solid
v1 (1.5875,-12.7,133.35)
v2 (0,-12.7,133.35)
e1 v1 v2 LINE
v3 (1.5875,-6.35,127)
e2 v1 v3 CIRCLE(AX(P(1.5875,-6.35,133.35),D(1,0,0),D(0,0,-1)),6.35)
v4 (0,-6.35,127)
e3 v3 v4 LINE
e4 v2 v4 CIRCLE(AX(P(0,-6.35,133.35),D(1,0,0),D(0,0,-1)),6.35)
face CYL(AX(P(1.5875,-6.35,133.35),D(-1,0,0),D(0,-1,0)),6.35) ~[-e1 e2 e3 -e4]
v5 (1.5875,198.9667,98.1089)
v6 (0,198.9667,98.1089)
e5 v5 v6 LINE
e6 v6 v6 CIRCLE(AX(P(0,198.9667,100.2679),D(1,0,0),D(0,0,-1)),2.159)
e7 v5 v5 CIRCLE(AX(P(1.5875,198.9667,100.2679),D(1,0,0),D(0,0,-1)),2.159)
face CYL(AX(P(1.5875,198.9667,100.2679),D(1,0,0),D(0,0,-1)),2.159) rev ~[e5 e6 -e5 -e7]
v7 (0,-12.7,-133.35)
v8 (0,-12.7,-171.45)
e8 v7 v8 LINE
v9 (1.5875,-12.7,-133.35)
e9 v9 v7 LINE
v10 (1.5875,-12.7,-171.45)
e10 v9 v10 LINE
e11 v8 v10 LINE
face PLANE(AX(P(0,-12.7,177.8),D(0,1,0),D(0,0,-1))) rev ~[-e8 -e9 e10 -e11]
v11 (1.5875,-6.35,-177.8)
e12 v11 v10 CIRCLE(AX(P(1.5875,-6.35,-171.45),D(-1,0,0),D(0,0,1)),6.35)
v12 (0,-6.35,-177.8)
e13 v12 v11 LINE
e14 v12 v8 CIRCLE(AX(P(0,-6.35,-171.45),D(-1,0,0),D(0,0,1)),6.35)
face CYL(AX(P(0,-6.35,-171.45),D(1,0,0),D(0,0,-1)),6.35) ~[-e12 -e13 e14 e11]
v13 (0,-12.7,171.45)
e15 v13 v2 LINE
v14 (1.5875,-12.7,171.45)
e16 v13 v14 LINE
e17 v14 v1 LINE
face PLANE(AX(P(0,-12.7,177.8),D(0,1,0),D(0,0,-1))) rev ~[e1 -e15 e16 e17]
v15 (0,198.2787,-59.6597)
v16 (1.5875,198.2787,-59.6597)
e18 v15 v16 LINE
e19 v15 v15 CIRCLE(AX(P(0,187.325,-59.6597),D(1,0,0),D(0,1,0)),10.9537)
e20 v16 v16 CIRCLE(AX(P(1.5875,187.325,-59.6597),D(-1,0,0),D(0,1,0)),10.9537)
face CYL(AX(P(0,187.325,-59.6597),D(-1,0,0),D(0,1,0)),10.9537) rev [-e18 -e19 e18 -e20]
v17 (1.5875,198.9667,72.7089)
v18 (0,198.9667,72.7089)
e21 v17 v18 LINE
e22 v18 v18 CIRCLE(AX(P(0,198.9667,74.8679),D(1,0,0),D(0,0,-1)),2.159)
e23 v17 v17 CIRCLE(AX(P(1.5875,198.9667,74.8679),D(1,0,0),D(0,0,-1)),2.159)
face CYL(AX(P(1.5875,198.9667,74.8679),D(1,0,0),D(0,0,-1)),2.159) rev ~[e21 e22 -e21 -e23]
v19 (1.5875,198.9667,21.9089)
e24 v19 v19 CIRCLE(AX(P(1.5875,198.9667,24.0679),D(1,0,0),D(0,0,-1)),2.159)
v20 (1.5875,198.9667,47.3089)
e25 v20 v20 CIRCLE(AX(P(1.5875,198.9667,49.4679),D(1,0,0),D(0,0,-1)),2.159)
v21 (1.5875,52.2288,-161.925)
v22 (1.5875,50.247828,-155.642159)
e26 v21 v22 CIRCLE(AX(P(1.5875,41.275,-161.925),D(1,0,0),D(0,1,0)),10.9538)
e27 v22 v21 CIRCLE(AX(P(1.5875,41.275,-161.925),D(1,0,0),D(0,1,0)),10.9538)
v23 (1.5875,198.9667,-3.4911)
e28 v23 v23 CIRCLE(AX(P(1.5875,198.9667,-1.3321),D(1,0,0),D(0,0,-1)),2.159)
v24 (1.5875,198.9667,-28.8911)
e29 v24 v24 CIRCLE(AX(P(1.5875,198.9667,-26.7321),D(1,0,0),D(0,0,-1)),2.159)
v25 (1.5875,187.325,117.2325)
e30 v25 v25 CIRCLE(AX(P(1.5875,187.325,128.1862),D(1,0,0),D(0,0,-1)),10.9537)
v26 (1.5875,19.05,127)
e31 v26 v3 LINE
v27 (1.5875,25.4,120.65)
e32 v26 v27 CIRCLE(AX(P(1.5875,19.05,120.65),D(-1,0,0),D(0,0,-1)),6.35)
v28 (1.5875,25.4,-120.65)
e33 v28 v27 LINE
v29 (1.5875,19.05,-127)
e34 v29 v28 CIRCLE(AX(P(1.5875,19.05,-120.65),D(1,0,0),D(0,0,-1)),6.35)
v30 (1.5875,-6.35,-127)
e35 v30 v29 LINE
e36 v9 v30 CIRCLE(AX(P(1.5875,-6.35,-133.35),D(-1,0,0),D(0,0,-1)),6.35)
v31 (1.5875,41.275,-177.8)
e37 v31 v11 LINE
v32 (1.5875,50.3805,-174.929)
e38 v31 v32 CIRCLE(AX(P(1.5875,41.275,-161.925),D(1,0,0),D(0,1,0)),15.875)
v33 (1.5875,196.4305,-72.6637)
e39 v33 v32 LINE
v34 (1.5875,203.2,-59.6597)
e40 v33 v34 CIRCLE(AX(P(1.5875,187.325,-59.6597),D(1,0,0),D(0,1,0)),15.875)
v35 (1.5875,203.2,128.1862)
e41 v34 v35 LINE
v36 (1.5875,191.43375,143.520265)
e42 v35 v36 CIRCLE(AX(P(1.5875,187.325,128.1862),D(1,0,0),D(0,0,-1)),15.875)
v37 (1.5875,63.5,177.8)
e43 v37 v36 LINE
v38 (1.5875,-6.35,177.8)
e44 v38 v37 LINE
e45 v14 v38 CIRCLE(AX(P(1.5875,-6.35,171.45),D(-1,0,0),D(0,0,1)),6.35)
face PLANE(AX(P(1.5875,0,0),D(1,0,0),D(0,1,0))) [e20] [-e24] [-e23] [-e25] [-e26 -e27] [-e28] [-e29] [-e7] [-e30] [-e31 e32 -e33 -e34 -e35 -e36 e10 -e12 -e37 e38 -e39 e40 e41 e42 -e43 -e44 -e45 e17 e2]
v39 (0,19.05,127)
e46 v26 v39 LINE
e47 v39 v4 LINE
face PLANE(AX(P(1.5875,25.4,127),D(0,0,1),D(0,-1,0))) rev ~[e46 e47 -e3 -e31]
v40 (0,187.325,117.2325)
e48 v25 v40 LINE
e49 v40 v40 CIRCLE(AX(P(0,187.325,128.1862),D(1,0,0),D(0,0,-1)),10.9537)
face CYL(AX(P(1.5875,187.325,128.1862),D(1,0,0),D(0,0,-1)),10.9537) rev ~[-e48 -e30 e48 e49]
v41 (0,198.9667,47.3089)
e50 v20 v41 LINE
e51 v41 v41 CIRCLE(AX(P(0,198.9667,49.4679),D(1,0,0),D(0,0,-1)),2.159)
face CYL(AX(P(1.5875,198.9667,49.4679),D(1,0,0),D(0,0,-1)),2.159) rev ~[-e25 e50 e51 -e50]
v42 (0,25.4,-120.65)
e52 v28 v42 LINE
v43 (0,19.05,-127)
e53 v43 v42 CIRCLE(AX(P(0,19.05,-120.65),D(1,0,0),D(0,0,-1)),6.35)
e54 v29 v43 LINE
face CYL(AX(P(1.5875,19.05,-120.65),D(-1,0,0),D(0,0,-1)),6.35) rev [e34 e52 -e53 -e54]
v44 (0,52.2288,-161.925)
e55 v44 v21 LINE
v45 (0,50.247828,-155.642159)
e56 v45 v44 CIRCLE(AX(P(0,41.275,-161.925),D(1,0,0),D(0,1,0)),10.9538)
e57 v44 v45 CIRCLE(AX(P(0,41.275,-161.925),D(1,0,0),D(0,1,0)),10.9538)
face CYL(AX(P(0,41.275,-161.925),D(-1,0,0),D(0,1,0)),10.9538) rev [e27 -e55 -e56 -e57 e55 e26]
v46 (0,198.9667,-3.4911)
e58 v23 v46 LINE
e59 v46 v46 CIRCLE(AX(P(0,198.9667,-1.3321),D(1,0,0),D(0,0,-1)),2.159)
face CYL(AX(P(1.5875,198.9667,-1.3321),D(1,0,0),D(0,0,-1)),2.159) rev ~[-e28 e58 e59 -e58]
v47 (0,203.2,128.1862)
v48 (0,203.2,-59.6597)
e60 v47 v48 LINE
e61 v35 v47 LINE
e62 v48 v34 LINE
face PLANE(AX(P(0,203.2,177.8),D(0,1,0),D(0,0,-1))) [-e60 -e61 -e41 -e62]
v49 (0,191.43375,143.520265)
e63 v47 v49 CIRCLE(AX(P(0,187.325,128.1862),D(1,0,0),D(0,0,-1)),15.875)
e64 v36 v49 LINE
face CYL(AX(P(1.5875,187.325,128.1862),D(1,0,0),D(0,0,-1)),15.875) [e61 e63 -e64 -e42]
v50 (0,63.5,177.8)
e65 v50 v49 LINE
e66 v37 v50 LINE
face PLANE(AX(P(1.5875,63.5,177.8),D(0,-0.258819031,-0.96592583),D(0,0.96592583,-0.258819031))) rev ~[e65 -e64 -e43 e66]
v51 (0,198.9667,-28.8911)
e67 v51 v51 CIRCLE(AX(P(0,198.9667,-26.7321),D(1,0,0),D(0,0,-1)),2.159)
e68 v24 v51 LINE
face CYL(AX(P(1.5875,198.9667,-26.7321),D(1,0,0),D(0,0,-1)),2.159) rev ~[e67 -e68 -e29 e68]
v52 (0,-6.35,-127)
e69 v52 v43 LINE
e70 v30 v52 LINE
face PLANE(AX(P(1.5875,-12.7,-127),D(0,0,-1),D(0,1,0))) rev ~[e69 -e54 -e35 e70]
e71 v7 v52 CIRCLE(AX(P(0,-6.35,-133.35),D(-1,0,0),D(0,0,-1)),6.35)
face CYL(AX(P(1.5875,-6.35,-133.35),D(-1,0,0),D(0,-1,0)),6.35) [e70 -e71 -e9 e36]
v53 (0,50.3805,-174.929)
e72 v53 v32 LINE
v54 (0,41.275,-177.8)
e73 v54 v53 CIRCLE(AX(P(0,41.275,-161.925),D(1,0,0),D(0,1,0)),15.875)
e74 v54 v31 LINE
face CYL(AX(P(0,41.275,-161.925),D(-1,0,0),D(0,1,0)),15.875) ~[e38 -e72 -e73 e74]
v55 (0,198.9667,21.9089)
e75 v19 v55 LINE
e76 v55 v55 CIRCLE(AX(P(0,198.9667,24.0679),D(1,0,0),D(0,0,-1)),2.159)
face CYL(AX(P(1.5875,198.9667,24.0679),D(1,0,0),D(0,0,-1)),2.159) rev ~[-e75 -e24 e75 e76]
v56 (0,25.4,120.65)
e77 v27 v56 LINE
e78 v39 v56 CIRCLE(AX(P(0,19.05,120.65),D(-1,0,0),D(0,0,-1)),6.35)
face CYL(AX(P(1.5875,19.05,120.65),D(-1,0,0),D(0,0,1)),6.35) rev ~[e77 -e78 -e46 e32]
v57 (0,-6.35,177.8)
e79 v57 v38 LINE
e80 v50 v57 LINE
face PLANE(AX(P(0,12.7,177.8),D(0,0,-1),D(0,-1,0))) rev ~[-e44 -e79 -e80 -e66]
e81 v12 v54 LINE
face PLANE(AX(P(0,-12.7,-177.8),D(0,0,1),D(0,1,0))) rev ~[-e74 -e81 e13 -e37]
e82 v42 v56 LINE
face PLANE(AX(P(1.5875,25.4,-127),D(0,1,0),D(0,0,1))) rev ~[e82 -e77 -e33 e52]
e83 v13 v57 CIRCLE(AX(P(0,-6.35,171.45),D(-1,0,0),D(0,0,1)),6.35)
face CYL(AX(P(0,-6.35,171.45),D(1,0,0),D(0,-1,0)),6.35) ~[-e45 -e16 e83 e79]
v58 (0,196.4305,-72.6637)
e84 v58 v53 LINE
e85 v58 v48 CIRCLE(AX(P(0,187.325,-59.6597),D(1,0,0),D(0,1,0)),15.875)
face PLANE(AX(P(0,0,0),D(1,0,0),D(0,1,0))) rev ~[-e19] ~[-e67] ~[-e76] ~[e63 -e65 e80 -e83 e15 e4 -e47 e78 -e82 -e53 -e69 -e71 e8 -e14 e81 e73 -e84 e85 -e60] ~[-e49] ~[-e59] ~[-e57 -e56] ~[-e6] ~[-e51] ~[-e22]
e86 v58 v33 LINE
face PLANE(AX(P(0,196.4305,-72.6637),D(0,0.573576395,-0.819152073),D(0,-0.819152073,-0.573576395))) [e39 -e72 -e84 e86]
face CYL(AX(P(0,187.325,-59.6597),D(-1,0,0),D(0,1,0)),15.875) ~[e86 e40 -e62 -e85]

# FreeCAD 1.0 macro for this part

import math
import FreeCAD as App
import Part
import Sketcher
Q = App.Units.Quantity


def edges_at(feature, points):
    """Names of the edges that pass closest to the given points."""
    edges = feature.Shape.Edges
    near = lambda p: min(range(len(edges)), key=lambda i: edges[i].distToShape(Part.Vertex(*p))[0])
    return sorted({f"Edge{near(p) + 1}" for p in points})

doc = App.newDocument("Part")
body = doc.addObject("PartDesign::Body", "Body")

# Sketch on YZ plane
sketch1 = body.newObject("Sketcher::SketchObject", "Sketch")
sketch1.AttachmentSupport = (doc.getObject("YZ_Plane"), [""])
sketch1.MapMode = "FlatFace"
sketch1.addGeometry([
    Part.LineSegment(App.Vector(-13, 178, 0), App.Vector(-13, -178, 0)),  # 0
    Part.LineSegment(App.Vector(-13, -178, 0), App.Vector(41, -178, 0)),  # 1
    Part.ArcOfCircle(Part.Circle(App.Vector(41, -162, 0), App.Vector(0, 0, 1), 16), math.radians(-90), math.radians(-55)),  # 2
    Part.LineSegment(App.Vector(50, -175, 0), App.Vector(196, -73, 0)),  # 3
    Part.ArcOfCircle(Part.Circle(App.Vector(187, -60, 0), App.Vector(0, 0, 1), 16), math.radians(-55), math.radians(0)),  # 4
    Part.LineSegment(App.Vector(203, -60, 0), App.Vector(203, 178, 0)),  # 5
    Part.LineSegment(App.Vector(203, 178, 0), App.Vector(-13, 178, 0)),  # 6
    Part.Circle(App.Vector(41, -162, 0), App.Vector(0, 0, 1), 11),  # 7
    Part.Circle(App.Vector(187, -60, 0), App.Vector(0, 0, 1), 11),  # 8
], False)
sketch1.addConstraint([
    Sketcher.Constraint("Coincident", 0, 2, 1, 1),
    Sketcher.Constraint("Tangent", 1, 2, 2, 1),
    Sketcher.Constraint("Tangent", 2, 2, 3, 1),
    Sketcher.Constraint("Tangent", 3, 2, 4, 1),
    Sketcher.Constraint("Tangent", 4, 2, 5, 1),
    Sketcher.Constraint("Coincident", 5, 2, 6, 1),
    Sketcher.Constraint("Coincident", 6, 2, 0, 1),
    Sketcher.Constraint("Vertical", 0),
    Sketcher.Constraint("Horizontal", 1),
    Sketcher.Constraint("Vertical", 5),
    Sketcher.Constraint("Horizontal", 6),
    Sketcher.Constraint("Coincident", 7, 3, 2, 3),
    Sketcher.Constraint("Coincident", 8, 3, 4, 3),
    Sketcher.Constraint("Equal", 2, 4),
    Sketcher.Constraint("Equal", 7, 8),
    Sketcher.Constraint("DistanceY", 0, 2, 0, 1, Q("14 in")),
    Sketcher.Constraint("DistanceY", 0, 2, -1, 1, Q("7 in")),
    Sketcher.Constraint("Angle", 3, Q("35 deg")),
    Sketcher.Constraint("Radius", 2, Q("0.625 in")),
    Sketcher.Constraint("Diameter", 7, Q("0.8625 in")),
    Sketcher.Constraint("DistanceX", 0, 2, -1, 1, Q("0.5 in")),
    Sketcher.Constraint("DistanceX", 6, 2, 6, 1, Q("8.5 in")),
    Sketcher.Constraint("DistanceX", 1, 1, 1, 2, Q("2.125 in")),
])
pad1 = body.newObject("PartDesign::Pad", "Pad")
pad1.Profile = sketch1
pad1.Length = Q("0.0625 in")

» WHAT IS BEING ASKED:
Will you return exactly the lines above from the one with "face PLANE(AX(P(0,-12.7,177.8),D(0,1,0),D(0,0,-1))) rev ~[-e8" down to the one with "e21 v17 v18 LINE", counting both as part of the range?

» RESULT OF THE TASK:
face PLANE(AX(P(0,-12.7,177.8),D(0,1,0),D(0,0,-1))) rev ~[-e8 -e9 e10 -e11]
v11 (1.5875,-6.35,-177.8)
e12 v11 v10 CIRCLE(AX(P(1.5875,-6.35,-171.45),D(-1,0,0),D(0,0,1)),6.35)
v12 (0,-6.35,-177.8)
e13 v12 v11 LINE
e14 v12 v8 CIRCLE(AX(P(0,-6.35,-171.45),D(-1,0,0),D(0,0,1)),6.35)
face CYL(AX(P(0,-6.35,-171.45),D(1,0,0),D(0,0,-1)),6.35) ~[-e12 -e13 e14 e11]
v13 (0,-12.7,171.45)
e15 v13 v2 LINE
v14 (1.5875,-12.7,171.45)
e16 v13 v14 LINE
e17 v14 v1 LINE
face PLANE(AX(P(0,-12.7,177.8),D(0,1,0),D(0,0,-1))) rev ~[e1 -e15 e16 e17]
v15 (0,198.2787,-59.6597)
v16 (1.5875,198.2787,-59.6597)
e18 v15 v16 LINE
e19 v15 v15 CIRCLE(AX(P(0,187.325,-59.6597),D(1,0,0),D(0,1,0)),10.9537)
e20 v16 v16 CIRCLE(AX(P(1.5875,187.325,-59.6597),D(-1,0,0),D(0,1,0)),10.9537)
face CYL(AX(P(0,187.325,-59.6597),D(-1,0,0),D(0,1,0)),10.9537) rev [-e18 -e19 e18 -e20]
v17 (1.5875,198.9667,72.7089)
v18 (0,198.9667,72.7089)
e21 v17 v18 LINE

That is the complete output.